The way Tommy Carr remembers it, it was a foolish expedition.

Dublin's last League final returns to him as a kind of basket-case day that left collateral damage. "It was a mistake to go," he says, 12 years later. By special arrangement with the Cork County Board, the Dubs had agreed to play the game in Pairc Ui Chaoimh.

Why? "Maybe there was a bit of naivety," recalls Carr. "But my attitude was wouldn't it be a great thing to say 'Ya, we'll play it anywhere ye want and we'll beat ye as well!'"

But it was a day when ambivalence lay over everything, thick as a mountain fog. The rain came down in torrents and a work-room set aside for the media became off limits, water pouring through the ceiling. The pitch on the stand-side was lidded with deep puddles.

Then, 40 minutes before throw-in, Dublin found themselves sharing their dressing-room with a club team. "Lads looking to go for a p**s and they (the club team) are in the showers.

"So we're crammed into this tiny space, listening to their after-match banter and trying to prepare for a League final," recalls Carr.

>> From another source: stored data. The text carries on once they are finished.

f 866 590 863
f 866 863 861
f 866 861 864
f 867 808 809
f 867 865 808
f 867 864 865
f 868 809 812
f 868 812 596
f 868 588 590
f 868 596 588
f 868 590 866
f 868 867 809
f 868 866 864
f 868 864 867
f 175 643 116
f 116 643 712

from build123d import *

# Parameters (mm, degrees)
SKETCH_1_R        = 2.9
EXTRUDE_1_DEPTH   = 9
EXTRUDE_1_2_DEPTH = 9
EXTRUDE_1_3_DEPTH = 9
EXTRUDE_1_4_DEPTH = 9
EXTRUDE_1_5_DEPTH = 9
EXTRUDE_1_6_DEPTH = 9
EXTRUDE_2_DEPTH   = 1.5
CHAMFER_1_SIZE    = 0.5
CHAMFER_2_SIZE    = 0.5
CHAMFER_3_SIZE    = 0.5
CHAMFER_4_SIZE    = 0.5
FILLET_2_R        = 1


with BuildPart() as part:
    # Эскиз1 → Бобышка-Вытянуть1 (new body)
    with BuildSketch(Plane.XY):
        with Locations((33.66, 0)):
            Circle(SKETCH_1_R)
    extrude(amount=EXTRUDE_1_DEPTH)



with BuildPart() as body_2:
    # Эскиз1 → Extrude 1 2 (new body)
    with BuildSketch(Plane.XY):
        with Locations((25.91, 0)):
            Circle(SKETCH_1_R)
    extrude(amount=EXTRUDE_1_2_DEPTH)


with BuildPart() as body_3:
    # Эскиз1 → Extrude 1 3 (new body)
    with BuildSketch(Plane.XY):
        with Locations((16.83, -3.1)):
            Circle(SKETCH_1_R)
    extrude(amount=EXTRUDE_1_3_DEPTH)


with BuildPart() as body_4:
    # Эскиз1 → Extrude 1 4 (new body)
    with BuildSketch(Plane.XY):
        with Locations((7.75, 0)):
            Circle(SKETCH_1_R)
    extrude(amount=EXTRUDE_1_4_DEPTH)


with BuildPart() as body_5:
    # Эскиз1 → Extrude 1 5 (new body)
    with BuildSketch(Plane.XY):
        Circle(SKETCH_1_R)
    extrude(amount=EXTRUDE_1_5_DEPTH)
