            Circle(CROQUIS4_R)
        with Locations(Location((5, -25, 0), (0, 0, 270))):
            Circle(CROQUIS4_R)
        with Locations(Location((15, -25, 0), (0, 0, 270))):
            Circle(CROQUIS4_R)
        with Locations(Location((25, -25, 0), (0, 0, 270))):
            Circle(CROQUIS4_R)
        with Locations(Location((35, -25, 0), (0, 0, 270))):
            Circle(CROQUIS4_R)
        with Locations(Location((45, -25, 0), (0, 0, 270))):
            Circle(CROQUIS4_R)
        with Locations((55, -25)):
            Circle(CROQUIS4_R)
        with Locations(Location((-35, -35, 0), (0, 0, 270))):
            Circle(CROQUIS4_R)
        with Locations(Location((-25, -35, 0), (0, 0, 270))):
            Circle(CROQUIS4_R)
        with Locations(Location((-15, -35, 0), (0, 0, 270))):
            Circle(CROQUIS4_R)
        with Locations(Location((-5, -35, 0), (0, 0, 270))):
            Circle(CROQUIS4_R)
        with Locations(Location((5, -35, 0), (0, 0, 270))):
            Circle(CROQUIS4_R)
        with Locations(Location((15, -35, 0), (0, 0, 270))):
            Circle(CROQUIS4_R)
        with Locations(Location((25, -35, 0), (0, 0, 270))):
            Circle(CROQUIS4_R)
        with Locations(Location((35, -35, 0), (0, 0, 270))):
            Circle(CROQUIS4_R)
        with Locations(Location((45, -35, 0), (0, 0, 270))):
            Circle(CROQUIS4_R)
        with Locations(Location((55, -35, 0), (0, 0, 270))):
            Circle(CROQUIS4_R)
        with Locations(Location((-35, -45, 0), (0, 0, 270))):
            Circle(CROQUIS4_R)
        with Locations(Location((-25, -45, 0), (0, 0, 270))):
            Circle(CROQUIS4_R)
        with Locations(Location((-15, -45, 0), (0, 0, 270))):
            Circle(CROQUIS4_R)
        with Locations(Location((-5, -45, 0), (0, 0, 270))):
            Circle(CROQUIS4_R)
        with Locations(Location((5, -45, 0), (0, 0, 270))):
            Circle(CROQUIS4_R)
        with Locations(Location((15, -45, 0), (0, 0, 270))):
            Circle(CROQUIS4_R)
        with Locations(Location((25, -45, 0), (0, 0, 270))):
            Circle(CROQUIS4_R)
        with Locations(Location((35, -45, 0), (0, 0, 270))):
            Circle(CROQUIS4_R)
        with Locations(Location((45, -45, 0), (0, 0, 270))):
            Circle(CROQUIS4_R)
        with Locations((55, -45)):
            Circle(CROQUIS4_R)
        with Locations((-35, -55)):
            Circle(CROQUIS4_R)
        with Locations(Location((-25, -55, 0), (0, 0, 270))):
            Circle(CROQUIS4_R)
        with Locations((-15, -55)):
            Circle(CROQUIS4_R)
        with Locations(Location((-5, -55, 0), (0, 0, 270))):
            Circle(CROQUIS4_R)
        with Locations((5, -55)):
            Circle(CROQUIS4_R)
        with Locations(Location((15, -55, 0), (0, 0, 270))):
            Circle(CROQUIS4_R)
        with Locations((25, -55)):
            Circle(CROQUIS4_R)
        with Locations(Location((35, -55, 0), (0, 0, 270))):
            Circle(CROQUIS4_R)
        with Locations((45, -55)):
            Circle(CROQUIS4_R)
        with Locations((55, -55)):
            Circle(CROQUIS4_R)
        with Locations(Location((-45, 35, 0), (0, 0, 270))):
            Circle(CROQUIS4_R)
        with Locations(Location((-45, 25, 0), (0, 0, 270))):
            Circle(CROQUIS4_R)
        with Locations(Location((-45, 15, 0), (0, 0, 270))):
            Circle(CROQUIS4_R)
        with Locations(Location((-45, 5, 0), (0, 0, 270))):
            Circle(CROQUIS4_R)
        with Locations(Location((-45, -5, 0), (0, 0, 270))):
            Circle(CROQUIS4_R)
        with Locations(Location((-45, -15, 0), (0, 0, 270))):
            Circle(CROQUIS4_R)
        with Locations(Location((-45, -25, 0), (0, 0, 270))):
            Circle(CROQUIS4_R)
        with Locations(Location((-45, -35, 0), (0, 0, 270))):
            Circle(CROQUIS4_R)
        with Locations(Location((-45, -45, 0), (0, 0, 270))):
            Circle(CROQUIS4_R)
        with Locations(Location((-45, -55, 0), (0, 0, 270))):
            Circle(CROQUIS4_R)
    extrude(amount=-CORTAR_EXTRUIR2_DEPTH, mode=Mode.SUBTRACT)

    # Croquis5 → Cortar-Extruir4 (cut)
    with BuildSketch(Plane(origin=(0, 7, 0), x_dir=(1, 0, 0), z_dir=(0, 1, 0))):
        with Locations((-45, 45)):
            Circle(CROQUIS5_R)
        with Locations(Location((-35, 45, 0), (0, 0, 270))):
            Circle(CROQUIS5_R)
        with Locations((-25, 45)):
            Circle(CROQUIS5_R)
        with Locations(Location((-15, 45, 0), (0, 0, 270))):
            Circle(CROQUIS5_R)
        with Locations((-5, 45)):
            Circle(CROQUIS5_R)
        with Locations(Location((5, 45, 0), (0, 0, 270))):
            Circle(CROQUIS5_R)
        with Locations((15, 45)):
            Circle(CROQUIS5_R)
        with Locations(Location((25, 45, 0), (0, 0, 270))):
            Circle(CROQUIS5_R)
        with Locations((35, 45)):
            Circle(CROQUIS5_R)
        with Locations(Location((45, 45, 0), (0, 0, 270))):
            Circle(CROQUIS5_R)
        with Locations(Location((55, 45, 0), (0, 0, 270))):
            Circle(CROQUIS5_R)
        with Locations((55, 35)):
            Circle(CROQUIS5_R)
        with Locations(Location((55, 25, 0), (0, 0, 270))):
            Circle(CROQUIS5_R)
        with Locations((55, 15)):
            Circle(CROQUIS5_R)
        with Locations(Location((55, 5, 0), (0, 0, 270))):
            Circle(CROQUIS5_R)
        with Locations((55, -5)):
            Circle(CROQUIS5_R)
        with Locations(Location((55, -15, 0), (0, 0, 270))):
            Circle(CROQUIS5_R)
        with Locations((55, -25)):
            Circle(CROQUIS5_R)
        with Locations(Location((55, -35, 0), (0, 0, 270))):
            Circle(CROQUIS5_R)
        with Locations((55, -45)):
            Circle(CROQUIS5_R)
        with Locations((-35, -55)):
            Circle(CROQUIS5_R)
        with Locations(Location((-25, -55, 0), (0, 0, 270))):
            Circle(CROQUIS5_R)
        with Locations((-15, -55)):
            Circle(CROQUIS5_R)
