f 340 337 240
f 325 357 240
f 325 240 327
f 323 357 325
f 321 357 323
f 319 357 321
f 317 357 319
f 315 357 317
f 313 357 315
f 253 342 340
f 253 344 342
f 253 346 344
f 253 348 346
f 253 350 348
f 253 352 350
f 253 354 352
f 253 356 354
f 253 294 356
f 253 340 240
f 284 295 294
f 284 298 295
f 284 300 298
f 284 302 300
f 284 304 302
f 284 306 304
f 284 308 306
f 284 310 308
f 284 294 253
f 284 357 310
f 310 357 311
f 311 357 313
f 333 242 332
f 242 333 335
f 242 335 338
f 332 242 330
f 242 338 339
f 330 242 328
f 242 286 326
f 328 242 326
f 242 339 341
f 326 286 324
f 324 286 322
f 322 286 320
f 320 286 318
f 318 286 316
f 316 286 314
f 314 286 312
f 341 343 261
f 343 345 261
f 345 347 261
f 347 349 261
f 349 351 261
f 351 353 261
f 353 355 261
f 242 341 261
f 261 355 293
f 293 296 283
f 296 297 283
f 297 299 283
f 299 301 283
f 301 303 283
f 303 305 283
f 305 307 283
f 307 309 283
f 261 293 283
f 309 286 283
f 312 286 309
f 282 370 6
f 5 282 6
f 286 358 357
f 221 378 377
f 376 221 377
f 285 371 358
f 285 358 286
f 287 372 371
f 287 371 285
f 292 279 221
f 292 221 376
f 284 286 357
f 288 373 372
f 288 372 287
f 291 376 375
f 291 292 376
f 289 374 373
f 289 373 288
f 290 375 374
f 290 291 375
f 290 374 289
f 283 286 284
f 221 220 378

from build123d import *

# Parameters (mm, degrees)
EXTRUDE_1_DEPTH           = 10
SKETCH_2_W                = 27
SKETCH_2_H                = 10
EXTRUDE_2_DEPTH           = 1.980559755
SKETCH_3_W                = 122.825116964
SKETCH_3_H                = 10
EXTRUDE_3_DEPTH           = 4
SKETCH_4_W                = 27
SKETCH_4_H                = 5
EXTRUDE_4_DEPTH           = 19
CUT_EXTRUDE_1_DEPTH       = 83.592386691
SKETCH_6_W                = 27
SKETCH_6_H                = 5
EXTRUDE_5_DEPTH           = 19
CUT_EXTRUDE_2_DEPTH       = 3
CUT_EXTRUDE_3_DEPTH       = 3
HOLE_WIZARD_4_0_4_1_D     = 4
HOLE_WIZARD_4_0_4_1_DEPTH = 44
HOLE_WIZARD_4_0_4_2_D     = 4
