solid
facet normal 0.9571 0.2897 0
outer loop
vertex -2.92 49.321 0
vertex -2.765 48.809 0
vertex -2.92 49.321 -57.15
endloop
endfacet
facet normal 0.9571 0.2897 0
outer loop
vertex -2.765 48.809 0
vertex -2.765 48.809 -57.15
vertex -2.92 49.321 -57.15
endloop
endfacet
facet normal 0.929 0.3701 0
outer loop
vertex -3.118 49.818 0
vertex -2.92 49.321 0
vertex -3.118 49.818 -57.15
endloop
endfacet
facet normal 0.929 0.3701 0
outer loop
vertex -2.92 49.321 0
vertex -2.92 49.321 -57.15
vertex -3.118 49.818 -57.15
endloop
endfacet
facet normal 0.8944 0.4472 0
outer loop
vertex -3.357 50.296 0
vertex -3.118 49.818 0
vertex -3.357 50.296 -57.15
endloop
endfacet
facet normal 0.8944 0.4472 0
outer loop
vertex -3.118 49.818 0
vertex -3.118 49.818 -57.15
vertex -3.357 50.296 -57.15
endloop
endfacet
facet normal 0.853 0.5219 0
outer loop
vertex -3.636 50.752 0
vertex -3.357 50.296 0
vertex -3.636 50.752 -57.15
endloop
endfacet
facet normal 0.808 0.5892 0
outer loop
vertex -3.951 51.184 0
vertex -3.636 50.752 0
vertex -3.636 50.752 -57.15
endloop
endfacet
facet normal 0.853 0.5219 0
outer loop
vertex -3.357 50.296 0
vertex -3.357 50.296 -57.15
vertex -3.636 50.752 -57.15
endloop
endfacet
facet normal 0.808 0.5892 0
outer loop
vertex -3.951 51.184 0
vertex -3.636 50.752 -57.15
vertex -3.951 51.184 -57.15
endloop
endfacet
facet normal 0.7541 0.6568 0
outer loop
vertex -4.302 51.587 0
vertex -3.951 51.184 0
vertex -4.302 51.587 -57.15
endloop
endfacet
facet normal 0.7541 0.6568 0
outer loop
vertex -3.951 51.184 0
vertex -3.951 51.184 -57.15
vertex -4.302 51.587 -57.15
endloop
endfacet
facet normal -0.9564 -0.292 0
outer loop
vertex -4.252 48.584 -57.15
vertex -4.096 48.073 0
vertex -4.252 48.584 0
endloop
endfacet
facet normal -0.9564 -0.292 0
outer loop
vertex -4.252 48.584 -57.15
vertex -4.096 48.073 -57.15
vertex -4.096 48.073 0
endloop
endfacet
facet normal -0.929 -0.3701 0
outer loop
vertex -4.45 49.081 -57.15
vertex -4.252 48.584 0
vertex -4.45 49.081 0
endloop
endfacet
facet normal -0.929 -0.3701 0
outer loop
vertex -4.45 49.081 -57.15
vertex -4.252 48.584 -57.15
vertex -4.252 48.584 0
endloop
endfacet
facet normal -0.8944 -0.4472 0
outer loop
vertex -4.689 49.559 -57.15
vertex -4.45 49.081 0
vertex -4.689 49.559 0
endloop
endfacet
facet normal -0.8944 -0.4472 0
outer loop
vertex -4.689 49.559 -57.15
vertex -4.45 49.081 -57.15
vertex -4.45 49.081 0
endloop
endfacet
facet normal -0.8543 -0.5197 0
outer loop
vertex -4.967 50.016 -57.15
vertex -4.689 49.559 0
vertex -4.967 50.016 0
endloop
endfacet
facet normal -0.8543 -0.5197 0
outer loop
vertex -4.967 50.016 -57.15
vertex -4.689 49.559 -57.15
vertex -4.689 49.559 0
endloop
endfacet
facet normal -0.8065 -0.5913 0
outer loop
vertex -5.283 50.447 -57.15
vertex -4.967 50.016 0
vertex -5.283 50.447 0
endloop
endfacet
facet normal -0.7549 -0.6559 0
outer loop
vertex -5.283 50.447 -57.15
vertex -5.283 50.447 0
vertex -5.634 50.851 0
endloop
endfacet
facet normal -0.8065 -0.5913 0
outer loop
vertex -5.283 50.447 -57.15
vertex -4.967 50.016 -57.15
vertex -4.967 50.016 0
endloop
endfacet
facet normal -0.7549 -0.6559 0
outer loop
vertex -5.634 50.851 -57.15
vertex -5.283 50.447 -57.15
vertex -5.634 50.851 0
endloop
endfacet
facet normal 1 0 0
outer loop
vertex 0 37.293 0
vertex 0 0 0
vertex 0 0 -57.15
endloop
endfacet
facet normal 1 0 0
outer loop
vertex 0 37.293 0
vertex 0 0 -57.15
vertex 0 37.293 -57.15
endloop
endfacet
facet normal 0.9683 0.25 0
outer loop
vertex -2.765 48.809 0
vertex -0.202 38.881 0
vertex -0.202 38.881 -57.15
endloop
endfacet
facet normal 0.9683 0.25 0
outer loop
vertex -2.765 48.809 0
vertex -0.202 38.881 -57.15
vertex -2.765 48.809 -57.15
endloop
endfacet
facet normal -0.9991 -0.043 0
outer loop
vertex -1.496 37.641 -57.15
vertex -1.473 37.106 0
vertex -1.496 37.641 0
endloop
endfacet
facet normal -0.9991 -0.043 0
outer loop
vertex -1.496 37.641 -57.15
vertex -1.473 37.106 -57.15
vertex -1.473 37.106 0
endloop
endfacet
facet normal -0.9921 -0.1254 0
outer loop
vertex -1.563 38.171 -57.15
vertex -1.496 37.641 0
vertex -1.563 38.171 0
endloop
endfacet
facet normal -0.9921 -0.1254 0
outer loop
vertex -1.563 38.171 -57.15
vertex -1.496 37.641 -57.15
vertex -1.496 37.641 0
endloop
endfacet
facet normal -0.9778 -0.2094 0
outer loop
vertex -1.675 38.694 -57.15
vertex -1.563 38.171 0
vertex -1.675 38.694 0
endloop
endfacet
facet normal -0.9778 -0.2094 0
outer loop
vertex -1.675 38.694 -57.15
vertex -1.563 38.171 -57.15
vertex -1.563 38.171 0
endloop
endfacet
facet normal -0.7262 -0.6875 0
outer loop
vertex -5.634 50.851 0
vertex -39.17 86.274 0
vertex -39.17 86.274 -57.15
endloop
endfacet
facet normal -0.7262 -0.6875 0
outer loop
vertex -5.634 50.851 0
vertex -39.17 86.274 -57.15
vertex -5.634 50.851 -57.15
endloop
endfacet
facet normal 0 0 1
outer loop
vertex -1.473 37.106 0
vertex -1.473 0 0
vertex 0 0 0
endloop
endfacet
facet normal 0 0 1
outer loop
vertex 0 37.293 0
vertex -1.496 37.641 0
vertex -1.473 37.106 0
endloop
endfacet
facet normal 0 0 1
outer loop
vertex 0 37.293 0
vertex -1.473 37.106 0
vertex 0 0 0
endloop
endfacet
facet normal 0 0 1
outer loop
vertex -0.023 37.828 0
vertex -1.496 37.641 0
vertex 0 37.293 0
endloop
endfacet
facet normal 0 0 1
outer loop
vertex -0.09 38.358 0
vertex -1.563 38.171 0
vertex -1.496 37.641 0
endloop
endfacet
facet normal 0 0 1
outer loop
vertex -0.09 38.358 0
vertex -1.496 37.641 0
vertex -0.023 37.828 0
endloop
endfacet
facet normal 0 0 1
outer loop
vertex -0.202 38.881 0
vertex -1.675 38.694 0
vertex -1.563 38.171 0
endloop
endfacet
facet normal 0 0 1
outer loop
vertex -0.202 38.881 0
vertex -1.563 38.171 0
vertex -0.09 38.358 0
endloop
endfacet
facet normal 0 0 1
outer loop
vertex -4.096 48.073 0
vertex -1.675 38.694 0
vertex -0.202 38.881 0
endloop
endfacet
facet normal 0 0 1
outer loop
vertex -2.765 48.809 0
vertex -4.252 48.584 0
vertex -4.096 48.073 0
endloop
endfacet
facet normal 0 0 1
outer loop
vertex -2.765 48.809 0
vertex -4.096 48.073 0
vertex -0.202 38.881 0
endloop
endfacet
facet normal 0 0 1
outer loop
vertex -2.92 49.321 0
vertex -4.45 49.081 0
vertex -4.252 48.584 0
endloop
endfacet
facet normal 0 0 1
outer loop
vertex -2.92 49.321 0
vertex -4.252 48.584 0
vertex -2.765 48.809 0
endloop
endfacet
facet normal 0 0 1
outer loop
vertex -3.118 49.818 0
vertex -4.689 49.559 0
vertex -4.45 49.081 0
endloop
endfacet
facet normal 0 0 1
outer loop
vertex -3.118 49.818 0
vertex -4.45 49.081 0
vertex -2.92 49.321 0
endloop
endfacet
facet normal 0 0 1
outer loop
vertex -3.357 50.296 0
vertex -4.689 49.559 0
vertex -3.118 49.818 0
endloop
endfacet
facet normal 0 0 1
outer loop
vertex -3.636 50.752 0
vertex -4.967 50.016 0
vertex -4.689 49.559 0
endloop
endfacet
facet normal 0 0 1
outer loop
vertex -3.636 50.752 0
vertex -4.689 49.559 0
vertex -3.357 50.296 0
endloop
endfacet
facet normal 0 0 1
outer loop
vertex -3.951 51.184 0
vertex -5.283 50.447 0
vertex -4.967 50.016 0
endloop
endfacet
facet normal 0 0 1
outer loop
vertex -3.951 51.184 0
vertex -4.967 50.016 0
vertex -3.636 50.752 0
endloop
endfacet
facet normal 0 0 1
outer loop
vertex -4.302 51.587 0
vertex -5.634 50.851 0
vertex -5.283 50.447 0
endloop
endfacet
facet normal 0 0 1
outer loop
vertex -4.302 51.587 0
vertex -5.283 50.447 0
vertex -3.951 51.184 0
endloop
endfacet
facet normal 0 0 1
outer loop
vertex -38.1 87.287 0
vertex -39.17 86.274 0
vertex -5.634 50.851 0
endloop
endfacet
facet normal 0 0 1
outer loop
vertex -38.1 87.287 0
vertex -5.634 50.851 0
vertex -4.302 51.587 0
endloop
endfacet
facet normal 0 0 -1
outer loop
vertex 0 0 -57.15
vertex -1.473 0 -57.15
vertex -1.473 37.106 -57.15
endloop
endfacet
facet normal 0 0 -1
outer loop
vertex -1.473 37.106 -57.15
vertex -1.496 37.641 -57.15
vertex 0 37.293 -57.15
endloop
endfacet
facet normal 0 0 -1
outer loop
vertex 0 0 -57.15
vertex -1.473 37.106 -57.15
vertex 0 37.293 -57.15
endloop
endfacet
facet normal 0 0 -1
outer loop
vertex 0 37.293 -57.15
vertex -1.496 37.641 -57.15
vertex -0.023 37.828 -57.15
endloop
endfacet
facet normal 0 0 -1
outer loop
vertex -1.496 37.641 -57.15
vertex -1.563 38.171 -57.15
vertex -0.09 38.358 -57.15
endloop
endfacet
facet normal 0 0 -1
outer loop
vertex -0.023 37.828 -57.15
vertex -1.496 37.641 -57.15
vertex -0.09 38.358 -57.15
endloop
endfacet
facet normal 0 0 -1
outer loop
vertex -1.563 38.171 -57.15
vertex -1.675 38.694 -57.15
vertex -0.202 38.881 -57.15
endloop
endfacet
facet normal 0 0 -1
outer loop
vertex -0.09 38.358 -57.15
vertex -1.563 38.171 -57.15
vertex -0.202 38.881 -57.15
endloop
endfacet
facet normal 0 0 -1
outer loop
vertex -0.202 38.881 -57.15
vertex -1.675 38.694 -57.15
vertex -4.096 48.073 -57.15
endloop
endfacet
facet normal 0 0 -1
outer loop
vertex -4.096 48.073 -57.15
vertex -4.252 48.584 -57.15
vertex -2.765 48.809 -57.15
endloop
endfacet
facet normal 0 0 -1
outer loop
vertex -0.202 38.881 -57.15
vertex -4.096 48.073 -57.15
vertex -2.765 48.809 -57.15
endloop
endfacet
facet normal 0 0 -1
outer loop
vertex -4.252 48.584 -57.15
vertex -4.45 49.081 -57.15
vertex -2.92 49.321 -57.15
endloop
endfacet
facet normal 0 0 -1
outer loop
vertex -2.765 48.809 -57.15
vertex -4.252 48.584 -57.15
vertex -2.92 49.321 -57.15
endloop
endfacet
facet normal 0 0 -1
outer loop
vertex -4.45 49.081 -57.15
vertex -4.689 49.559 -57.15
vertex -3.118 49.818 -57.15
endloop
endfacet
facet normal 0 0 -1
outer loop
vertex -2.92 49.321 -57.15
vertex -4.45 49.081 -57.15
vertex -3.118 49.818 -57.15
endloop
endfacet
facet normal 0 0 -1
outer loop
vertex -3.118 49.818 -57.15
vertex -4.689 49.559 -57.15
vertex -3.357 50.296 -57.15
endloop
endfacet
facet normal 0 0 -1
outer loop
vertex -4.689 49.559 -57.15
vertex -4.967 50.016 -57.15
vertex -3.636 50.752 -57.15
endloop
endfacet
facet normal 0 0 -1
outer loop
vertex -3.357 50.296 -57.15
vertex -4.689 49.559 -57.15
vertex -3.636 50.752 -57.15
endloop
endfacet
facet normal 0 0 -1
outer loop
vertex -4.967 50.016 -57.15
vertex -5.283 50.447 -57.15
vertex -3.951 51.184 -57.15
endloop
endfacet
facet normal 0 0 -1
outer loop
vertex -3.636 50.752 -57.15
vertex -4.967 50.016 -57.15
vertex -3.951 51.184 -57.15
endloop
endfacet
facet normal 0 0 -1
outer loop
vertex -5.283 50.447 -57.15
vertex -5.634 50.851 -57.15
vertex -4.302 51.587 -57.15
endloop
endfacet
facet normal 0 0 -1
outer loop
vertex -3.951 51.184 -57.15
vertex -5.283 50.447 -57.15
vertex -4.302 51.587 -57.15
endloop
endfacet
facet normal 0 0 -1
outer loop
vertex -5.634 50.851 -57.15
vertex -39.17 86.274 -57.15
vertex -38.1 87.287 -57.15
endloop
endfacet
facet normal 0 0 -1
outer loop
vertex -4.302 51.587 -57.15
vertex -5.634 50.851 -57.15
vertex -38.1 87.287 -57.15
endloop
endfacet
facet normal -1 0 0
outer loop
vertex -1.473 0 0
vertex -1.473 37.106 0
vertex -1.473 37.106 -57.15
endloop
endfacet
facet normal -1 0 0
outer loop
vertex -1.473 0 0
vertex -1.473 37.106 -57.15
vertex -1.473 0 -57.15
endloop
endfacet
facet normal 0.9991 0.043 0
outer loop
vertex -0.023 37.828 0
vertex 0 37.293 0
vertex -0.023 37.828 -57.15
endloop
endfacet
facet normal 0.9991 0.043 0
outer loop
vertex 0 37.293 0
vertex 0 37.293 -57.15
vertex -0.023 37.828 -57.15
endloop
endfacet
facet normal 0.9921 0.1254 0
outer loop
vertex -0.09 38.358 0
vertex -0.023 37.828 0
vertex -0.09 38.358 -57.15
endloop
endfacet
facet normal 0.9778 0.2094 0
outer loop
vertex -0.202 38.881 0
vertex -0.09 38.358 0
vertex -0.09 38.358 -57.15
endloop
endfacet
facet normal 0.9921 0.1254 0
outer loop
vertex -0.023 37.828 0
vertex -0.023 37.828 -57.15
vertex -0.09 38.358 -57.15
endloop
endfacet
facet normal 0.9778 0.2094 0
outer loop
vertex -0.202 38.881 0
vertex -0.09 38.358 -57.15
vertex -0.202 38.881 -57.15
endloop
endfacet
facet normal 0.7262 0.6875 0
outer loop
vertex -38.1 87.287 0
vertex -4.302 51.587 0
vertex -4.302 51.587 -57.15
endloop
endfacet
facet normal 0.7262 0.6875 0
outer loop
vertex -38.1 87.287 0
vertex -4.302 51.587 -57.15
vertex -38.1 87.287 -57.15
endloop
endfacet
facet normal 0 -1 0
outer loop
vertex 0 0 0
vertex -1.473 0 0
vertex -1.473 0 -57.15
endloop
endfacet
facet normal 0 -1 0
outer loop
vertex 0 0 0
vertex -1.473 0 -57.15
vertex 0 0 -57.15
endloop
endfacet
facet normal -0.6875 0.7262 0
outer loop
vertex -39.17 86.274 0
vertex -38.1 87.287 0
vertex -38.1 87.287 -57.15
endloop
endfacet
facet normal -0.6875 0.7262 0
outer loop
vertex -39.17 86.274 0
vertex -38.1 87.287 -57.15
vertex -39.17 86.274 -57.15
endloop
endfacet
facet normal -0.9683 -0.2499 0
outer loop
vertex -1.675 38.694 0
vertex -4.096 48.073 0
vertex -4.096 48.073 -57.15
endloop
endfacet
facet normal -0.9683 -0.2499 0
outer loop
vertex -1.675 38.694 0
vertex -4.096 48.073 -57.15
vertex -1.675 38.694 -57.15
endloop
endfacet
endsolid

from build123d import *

# Parameters (mm, degrees)
BOSS_EXTRUDE1_DEPTH = 57.15
FILLET1_R           = 6.35
FILLET2_R           = 6.35


with BuildPart() as part:
    # Sketch2 → Boss-Extrude1 (new body)
    with BuildSketch(Plane.XY):
        Polygon((0, 0), (0, 38.1), (-3.175, 50.396722124), (-38.1, 87.286888497), (-39.169814825, 86.274063497), (-4.506325115, 49.660122124), (-1.4732, 37.912879066), (-1.4732, 0), align=None)
    extrude(amount=-BOSS_EXTRUDE1_DEPTH)

    # Fillet1
    fillet1_edges = [part.edges().sort_by_distance(p)[0] for p in [
        (-3.175, 50.396722124, -28.575),
        (0, 38.1, -28.575),
    ]]
    fillet(fillet1_edges, radius=FILLET1_R)

    # Fillet2
    fillet2_edges = [part.edges().sort_by_distance(p)[0] for p in [
        (-1.4732, 37.912879066, -28.575),
        (-4.506325115, 49.660122124, -28.575),
    ]]
    fillet(fillet2_edges, radius=FILLET2_R)


solid = part.part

In the end, maybe 7,000 watched Cork win a nothing game by two points. Out of the murky twilight, Philip Clifford pushed the cup to the Heavens and people hurried from the old kip as if fearful of contracting something unpleasant from the stonework.

soured

Before heading home, Dublin would dine in the Silver Springs Hotel, their relationship with the League imperceptibly altered.

Only hindsight brings that realisation now. Carr was a young manager, intent upon creating a winning mentality in the Dubs. If he never specifically prioritised the League, he did recognise its value in the creation of good habits. But something soured Dublin to the competition that day in Cork.

"We always struggled in the League after that," he says. "Looking back, I think our experience in Cork nearly negated any sense of urgency to go and win Leagues afterwards. Because I think everybody would have said it was a bad experience.

"I'm not saying you went out the following year and played s***e to make sure you didn't get into a League final, but there wasn't the same urgency to repeat the process.

"A 'once burnt, twice shy' kind of thing."

It was a different time with different ways. Noel McCaffrey, the Dublin team doctor, did not travel on the team bus that day. He took his bike to Cork by train, then cycled down to Pairc Ui Chaoimh and back again to Kent Station afterwards.

Carr recalls Cork players looking "bored" during the presentation.

Over the next decade, Dublin would win an average of just three games in every League campaign. Under Paul Caffrey, they were relegated to Division 2 in 2007, but bounced straight up again in '08, albeit losing the Division 2 final to Westmeath.

Always, there was a sense of maybe having bigger fish to fry.

In Tommy Lyons' first year as manager ('02), Dublin needed a draw in their last game against Galway to avoid relegation, yet kicked on then to win the county's first Leinster title in seven years.

Lyons admits that that first year was, above all, one of exploration for new players. But, thereafter, he insists Dublin did their damndest to have a good League.

"It just didn't happen," he says. "There was a lot of rubbish talked about us running the bejasus out of fellas the week of League games, but that was never the case. Most teams want to compete at the coalface and we were no different.

"But I think the most points we ever got was eight. You always needed at least 10 to qualify. I certainly believe that Division 1 League form counts, especially since it reverted to being a calendar League.

"Because, by and large, a Division 1 team wins the All-Ireland."

In the 1970s, Kevin Heffernan seemed to identify a direct correlation between extended League runs and decent Championship preparation. Dublin appeared in four consecutive finals between 1974 and '78, a period in which they also always reached the All-Ireland decider.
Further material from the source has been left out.